In "The Little Black Boy," the speaker is a young black boy who knows the color of his skin has nothing to do with the content of his character. But recognizing the experience of his mother who knows the reality of racism in the world, he is given hope that he will be treated as an equal in heaven:
Thus did my mother say, and kissed me;
And thus I say to little English boy:
When I from black and he from white cloud free,
And round the tent of God like lambs we joy, (21-24)
In "The Tyger," the companion poem to "The Lamb," the speaker asks how a God could make something so fearful while also making something so innocent as the Lamb. The Lamb uses the literal image of the docile lamb but refers to the innocence of a child and also references the newborn Jesus Christ as the Lamb.
When the stars threw down their spears
And water'd heaven with their tears,
Did he smile his work to see?
Did he who made the Lamb make thee? (16-20)

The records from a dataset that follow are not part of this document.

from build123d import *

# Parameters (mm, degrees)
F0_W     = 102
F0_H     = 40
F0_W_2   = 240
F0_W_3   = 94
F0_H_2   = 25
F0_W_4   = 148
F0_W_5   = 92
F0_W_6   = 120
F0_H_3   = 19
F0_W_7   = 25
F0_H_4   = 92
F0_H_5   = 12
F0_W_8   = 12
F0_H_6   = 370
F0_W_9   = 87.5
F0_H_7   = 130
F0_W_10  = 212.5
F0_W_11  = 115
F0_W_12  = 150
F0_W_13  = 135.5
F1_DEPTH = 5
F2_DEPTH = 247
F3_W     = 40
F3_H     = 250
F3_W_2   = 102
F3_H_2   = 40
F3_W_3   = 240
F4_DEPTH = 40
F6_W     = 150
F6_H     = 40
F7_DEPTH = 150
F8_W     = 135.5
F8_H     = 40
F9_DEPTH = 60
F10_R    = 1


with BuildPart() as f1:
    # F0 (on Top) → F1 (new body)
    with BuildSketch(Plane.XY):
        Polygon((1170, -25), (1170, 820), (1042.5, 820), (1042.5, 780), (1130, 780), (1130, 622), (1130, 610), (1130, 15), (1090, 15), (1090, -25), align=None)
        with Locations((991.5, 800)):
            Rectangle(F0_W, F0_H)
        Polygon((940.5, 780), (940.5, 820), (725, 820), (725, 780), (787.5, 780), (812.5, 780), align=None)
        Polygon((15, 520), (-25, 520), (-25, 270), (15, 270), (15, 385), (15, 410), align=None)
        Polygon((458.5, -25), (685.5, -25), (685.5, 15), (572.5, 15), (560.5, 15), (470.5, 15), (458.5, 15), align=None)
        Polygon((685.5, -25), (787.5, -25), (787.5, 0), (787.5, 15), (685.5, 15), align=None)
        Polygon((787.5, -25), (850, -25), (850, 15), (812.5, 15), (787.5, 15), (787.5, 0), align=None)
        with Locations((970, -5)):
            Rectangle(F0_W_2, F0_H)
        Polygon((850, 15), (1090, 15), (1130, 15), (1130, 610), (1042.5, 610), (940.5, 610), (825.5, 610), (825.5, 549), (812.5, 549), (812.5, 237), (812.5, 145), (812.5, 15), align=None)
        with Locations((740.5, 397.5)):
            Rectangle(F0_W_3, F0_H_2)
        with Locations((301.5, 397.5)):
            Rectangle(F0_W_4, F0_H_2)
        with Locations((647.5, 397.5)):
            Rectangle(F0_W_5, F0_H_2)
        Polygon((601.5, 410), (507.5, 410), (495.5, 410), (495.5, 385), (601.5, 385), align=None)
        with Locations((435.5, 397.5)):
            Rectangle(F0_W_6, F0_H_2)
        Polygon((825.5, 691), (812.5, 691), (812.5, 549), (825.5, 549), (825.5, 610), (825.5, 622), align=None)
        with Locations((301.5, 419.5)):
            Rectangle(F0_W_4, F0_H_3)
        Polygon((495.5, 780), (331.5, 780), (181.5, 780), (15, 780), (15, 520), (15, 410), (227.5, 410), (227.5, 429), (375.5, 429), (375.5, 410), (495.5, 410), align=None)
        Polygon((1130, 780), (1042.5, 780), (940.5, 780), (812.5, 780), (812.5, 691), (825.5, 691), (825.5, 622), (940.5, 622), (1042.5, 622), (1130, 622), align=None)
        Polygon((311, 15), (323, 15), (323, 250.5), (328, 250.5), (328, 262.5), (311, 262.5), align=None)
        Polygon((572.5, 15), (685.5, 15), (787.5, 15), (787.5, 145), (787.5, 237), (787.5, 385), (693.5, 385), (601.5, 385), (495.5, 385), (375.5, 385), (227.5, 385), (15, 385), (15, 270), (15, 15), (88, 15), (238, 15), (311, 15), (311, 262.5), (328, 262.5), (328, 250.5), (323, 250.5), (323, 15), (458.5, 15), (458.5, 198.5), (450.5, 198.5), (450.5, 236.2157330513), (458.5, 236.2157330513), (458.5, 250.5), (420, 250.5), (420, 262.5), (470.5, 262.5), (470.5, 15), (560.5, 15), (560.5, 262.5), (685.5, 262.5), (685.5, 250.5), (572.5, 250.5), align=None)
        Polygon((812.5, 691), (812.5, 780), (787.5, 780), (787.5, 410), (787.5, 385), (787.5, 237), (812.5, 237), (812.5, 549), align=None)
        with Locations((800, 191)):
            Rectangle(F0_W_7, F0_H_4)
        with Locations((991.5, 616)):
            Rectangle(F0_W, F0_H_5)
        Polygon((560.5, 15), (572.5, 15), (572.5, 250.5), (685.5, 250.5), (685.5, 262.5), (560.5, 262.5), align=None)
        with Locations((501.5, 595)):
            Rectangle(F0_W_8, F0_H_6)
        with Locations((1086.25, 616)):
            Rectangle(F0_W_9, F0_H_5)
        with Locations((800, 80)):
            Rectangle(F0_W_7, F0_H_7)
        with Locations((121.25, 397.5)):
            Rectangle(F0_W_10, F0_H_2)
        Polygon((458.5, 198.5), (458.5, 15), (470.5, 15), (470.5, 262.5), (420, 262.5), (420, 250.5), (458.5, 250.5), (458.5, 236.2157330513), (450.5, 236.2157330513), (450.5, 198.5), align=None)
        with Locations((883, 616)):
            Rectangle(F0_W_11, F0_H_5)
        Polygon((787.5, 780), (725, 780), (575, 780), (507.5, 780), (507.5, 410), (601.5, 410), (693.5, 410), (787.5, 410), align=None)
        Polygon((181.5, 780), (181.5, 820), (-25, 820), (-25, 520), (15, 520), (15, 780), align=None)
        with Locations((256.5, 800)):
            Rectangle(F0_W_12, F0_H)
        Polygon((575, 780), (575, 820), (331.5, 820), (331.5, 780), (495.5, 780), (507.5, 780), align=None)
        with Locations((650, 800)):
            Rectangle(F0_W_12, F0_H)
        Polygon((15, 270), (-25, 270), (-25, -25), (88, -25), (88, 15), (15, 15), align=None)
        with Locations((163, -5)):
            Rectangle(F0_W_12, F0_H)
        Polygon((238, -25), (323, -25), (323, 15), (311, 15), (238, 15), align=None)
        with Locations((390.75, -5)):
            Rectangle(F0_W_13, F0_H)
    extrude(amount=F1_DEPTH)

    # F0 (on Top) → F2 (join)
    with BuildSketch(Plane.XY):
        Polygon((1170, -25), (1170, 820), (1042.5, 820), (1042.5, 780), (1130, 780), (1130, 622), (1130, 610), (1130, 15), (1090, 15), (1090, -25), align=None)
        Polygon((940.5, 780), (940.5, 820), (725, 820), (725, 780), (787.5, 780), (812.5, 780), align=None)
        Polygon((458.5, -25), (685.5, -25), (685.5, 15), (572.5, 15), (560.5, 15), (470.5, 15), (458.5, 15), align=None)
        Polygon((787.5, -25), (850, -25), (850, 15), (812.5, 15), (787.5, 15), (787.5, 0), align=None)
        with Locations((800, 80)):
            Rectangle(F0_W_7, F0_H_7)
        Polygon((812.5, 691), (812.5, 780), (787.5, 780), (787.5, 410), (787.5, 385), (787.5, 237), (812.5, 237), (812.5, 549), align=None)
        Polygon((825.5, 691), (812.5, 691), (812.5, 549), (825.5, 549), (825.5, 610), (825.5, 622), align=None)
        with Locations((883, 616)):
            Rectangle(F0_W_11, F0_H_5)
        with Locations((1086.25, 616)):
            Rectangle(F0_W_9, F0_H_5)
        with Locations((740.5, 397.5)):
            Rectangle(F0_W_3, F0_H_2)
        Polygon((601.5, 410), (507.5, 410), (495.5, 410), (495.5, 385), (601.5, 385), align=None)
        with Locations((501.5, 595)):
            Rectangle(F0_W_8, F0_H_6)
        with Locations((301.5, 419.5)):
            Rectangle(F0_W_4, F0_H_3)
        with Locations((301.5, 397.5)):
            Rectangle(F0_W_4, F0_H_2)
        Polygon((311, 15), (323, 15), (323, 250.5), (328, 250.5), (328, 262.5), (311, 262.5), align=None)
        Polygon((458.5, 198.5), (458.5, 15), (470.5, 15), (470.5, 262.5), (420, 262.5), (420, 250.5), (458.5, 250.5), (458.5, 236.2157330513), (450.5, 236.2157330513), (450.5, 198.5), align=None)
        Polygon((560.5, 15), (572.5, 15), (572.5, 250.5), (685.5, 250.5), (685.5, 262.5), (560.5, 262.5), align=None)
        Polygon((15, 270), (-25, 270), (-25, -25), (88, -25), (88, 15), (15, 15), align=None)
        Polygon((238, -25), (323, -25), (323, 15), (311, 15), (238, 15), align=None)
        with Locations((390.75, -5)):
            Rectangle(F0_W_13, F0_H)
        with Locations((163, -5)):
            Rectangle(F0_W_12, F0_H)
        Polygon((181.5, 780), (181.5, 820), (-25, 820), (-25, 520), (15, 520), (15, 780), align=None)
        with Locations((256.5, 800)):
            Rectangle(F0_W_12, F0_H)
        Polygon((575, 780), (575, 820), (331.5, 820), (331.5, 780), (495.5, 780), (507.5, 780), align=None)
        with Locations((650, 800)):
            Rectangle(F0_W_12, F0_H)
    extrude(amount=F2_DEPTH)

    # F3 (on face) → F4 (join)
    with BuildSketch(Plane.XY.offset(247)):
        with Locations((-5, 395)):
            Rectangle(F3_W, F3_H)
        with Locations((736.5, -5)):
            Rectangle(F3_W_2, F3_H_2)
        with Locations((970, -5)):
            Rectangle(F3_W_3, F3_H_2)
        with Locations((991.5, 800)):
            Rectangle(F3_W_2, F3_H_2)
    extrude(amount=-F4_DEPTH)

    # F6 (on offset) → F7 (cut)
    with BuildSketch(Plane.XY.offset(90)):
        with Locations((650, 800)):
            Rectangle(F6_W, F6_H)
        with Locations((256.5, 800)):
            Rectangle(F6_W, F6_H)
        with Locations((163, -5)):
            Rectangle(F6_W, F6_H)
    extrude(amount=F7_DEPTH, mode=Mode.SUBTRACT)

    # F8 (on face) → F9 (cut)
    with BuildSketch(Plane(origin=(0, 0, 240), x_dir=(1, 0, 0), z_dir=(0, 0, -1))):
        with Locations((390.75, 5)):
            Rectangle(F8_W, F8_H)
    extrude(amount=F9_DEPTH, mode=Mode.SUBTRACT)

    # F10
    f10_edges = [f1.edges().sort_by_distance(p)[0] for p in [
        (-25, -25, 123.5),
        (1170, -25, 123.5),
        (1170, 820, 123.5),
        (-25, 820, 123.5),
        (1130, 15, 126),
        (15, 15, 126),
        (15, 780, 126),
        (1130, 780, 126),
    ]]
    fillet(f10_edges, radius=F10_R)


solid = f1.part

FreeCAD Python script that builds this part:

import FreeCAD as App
import Part
import Sketcher
Q = App.Units.Quantity


def edges_at(feature, points):
    """Names of the edges that pass closest to the given points."""
    edges = feature.Shape.Edges
    near = lambda p: min(range(len(edges)), key=lambda i: edges[i].distToShape(Part.Vertex(*p))[0])
    return sorted({f"Edge{near(p) + 1}" for p in points})


def add_polygon(sketch, points):
    """Adds a closed chain of lines whose ends are joined by coincident constraints."""
    first, n = sketch.GeometryCount, len(points)
    for a, b in zip(points, points[1:] + points[:1]):
        sketch.addGeometry(Part.LineSegment(App.Vector(*a, 0), App.Vector(*b, 0)), False)
    for i in range(n):
        sketch.addConstraint(Sketcher.Constraint("Coincident", first + i, 2, first + (i + 1) % n, 1))

doc = App.newDocument("Part")
params = doc.addObject("Spreadsheet::Sheet", "Params")
for row, (alias, value) in enumerate([
    ("sketch1_width", "1195 mm"),
    ("sketch1_height", "845 mm"),
    ("pad1_length", "5 mm"),
    ("sketch2_width", "40 mm"),
    ("sketch2_width2", "80 mm"),
    ("sketch2_width3", "106 mm"),
    ("sketch2_width4", "94 mm"),
    ("sketch2_width5", "280 mm"),
    ("pad2_length", "247 mm"),
    ("sketch3_width", "40 mm"),
    ("sketch3_width2", "102 mm"),
    ("sketch3_width3", "240 mm"),
    ("sketch3_height", "250 mm"),
    ("pad3_length", "40 mm"),
    ("sketch4_width", "150 mm"),
    ("sketch4_height", "40 mm"),
    ("pocket1_length", "150 mm"),
    ("sketch5_height", "40 mm"),
    ("sketch5_width", "135.5 mm"),
    ("pocket2_length", "60 mm"),
    ("fillet_radius", "1 mm"),
], start=1):
    params.set(f"A{row}", alias)
    params.set(f"B{row}", "=" + value)
    params.setAlias(f"B{row}", alias)

body = doc.addObject("PartDesign::Body", "Body")

# Sketch on XY plane
sketch1 = doc.addObject("Sketcher::SketchObject", "Sketch")
body.addObject(sketch1)
sketch1.AttachmentSupport = (doc.XY_Plane, [""])
sketch1.MapMode = "FlatFace"
add_polygon(sketch1, [(1170, -25), (1170, 820), (-25, 820), (-25, -25)])  # lines 0-3
sketch1.addConstraint(Sketcher.Constraint("Vertical", 0))
sketch1.addConstraint(Sketcher.Constraint("Horizontal", 1))
sketch1.addConstraint(Sketcher.Constraint("Vertical", 2))
sketch1.addConstraint(Sketcher.Constraint("Horizontal", 3))
sketch1.addConstraint(Sketcher.Constraint("DistanceX", 1, 2, 1, 1, Q("1195 mm")))
sketch1.addConstraint(Sketcher.Constraint("DistanceY", 0, 1, 0, 2, Q("845 mm")))
sketch1.addConstraint(Sketcher.Constraint("DistanceX", -1, 1, 0, 2, Q("1170 mm")))
sketch1.addConstraint(Sketcher.Constraint("DistanceY", -1, 1, 0, 2, Q("820 mm")))
sketch1.setExpression("Constraints[8]", "Params.sketch1_width")
sketch1.setExpression("Constraints[9]", "Params.sketch1_height")
pad1 = doc.addObject("PartDesign::Pad", "Pad")
body.addObject(pad1)
pad1.Profile = sketch1
pad1.setExpression("Length", "Params.pad1_length")

# Sketch on XY plane
sketch2 = doc.addObject("Sketcher::SketchObject", "Sketch001")
body.addObject(sketch2)
sketch2.AttachmentSupport = (doc.XY_Plane, [""])
sketch2.MapMode = "FlatFace"
add_polygon(sketch2, [(1170, -25), (1170, 820), (1042, 820), (1042, 780), (1130, 780), (1130, 622), (1042, 622), (1042, 610), (1130, 610), (1130, 15), (1090, 15), (1090, -25)])  # lines 0-11
add_polygon(sketch2, [(940, 780), (940, 820), (-25, 820), (-25, 520), (15, 520), (15, 780), (496, 780), (496, 385), (602, 385), (602, 410), (508, 410), (508, 780), (788, 780), (788, 410), (694, 410), (694, 385), (788, 385), (788, 237), (812, 237), (812, 549), (826, 549), (826, 610), (940, 610), (940, 622), (826, 622), (826, 691), (812, 691), (812, 780)])  # lines 12-39
add_polygon(sketch2, [(686, -25), (686, 15), (572, 15), (572, 250), (686, 250), (686, 262), (560, 262), (560, 15), (470, 15), (470, 262), (420, 262), (420, 250), (458, 250), (458, 236), (450, 236), (450, 198), (458, 198), (458, 15), (323, 15), (323, 250), (328, 250), (328, 262), (311, 262), (311, 15), (15, 15), (15, 270), (-25, 270), (-25, -25)])  # lines 40-67
add_polygon(sketch2, [(788, -25), (850, -25), (850, 15), (812, 15), (812, 145), (788, 145)])  # lines 68-73
add_polygon(sketch2, [(228, 429), (228, 385), (376, 385), (376, 429)])  # lines 74-77
sketch2.addConstraint(Sketcher.Constraint("Vertical", 0))
sketch2.addConstraint(Sketcher.Constraint("Horizontal", 1))
sketch2.addConstraint(Sketcher.Constraint("Vertical", 2))
sketch2.addConstraint(Sketcher.Constraint("Horizontal", 3))
sketch2.addConstraint(Sketcher.Constraint("Vertical", 4))
sketch2.addConstraint(Sketcher.Constraint("Horizontal", 5))
sketch2.addConstraint(Sketcher.Constraint("Vertical", 6))
sketch2.addConstraint(Sketcher.Constraint("Horizontal", 7))
sketch2.addConstraint(Sketcher.Constraint("Vertical", 8))
sketch2.addConstraint(Sketcher.Constraint("Horizontal", 9))
sketch2.addConstraint(Sketcher.Constraint("Vertical", 10))
sketch2.addConstraint(Sketcher.Constraint("Horizontal", 11))
sketch2.addConstraint(Sketcher.Constraint("Vertical", 12))
sketch2.addConstraint(Sketcher.Constraint("Horizontal", 13))
sketch2.addConstraint(Sketcher.Constraint("Vertical", 14))
sketch2.addConstraint(Sketcher.Constraint("Horizontal", 15))
sketch2.addConstraint(Sketcher.Constraint("Vertical", 16))
sketch2.addConstraint(Sketcher.Constraint("Horizontal", 17))
sketch2.addConstraint(Sketcher.Constraint("Vertical", 18))
sketch2.addConstraint(Sketcher.Constraint("Horizontal", 19))
sketch2.addConstraint(Sketcher.Constraint("Vertical", 20))
sketch2.addConstraint(Sketcher.Constraint("Horizontal", 21))
sketch2.addConstraint(Sketcher.Constraint("Vertical", 22))
sketch2.addConstraint(Sketcher.Constraint("Horizontal", 23))
sketch2.addConstraint(Sketcher.Constraint("Vertical", 24))
sketch2.addConstraint(Sketcher.Constraint("Horizontal", 25))
sketch2.addConstraint(Sketcher.Constraint("Vertical", 26))
sketch2.addConstraint(Sketcher.Constraint("Horizontal", 27))
sketch2.addConstraint(Sketcher.Constraint("Vertical", 28))
sketch2.addConstraint(Sketcher.Constraint("Horizontal", 29))
sketch2.addConstraint(Sketcher.Constraint("Vertical", 30))
sketch2.addConstraint(Sketcher.Constraint("Horizontal", 31))
sketch2.addConstraint(Sketcher.Constraint("Vertical", 32))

In these poems, innocence and experience are two sides of the human soul. This idea of "contraries" of the psyche is evident in works like his poem "The Marriage of Heaven and Hell." A child is innocent, but when he/she becomes experienced in the world, he/she learns of things like tigers (and metaphoric predators), disease, death, grief, etc.
Other images of innocence are carefree. In "The Fly," the speaker compares his carefree life with the fly's.
For I dance
And drink & sing,
Till some blind hand
Shall brush my wing. (9-12)
The speaker, like the fly, is innocent and carefree until some experience teaches him that there are dangers and, often thoughtless, evils in the world.
Birds are symbols of innocence in Blake's work and in other Romantic poets such as Keats, Wordsworth, and Shelley. In "The Echoing Green," Blake combines images of the sunrise, the spring, and the singing of birds with youth and children playing. As children experience the world and develop into adults, they must supplement their innocent, carefree view of the world with the harsh (and sometimes wonderful) facts of earthly experience. But Blake does make the point that pure, absolute innocence exists in the carefree attitudes represented by youth, the lamb, and children.